**TASK GOAL:** From the data below, retype exactly the lines starting with the one that contains "# Sketch1 → Boss-Extrude1 (new body)" and ending with the one that contains "z_dir=(0, 1, 0))) as", both included.

**SOURCE MATERIAL:**
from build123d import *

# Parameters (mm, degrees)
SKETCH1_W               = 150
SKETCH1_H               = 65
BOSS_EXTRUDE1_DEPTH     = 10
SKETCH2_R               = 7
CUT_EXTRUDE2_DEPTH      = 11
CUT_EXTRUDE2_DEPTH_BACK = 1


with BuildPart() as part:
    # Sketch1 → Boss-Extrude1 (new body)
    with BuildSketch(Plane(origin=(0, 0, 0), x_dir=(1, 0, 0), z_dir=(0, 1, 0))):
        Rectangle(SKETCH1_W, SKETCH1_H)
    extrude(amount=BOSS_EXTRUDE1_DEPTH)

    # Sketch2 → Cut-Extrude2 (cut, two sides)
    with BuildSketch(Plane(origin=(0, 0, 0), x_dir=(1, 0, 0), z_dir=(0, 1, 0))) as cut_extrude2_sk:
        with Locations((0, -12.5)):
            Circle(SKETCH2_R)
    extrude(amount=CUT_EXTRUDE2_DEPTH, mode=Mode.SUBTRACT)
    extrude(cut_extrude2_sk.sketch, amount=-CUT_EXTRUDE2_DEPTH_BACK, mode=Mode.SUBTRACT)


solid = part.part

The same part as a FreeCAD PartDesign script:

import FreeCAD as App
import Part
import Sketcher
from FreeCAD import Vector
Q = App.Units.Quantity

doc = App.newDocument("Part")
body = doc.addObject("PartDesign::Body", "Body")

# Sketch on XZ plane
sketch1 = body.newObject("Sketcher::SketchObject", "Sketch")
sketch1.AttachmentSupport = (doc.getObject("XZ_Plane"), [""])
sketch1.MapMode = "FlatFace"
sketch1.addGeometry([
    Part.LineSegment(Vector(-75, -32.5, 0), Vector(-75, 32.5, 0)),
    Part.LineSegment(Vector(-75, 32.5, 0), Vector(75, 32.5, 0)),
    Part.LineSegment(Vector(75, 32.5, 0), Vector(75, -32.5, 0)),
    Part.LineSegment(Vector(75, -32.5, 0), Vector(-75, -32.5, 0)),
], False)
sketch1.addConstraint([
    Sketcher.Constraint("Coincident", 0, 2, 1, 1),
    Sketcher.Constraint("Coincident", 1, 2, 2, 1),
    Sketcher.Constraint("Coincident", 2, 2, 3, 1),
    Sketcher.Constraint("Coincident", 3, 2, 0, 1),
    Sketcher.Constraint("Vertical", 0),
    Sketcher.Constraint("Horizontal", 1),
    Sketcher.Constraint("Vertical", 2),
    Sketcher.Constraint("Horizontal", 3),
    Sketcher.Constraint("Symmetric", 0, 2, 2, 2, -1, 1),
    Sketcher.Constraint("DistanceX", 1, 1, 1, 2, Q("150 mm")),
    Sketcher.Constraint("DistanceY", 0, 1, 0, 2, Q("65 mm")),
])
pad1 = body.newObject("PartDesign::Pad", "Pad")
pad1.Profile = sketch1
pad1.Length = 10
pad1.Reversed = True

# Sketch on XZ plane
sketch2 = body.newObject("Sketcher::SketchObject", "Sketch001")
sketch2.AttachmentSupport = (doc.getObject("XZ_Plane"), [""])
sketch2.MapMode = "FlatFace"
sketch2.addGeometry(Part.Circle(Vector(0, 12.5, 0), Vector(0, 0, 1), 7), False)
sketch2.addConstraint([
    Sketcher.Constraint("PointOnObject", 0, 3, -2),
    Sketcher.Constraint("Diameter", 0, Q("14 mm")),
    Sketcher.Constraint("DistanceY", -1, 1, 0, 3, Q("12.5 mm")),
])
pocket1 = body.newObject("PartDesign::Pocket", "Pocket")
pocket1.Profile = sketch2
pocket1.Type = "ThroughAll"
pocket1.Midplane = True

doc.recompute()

**THE COMPLETED TASK:**
    # Sketch1 → Boss-Extrude1 (new body)
    with BuildSketch(Plane(origin=(0, 0, 0), x_dir=(1, 0, 0), z_dir=(0, 1, 0))):
        Rectangle(SKETCH1_W, SKETCH1_H)
    extrude(amount=BOSS_EXTRUDE1_DEPTH)

    # Sketch2 → Cut-Extrude2 (cut, two sides)
    with BuildSketch(Plane(origin=(0, 0, 0), x_dir=(1, 0, 0), z_dir=(0, 1, 0))) as cut_extrude2_sk:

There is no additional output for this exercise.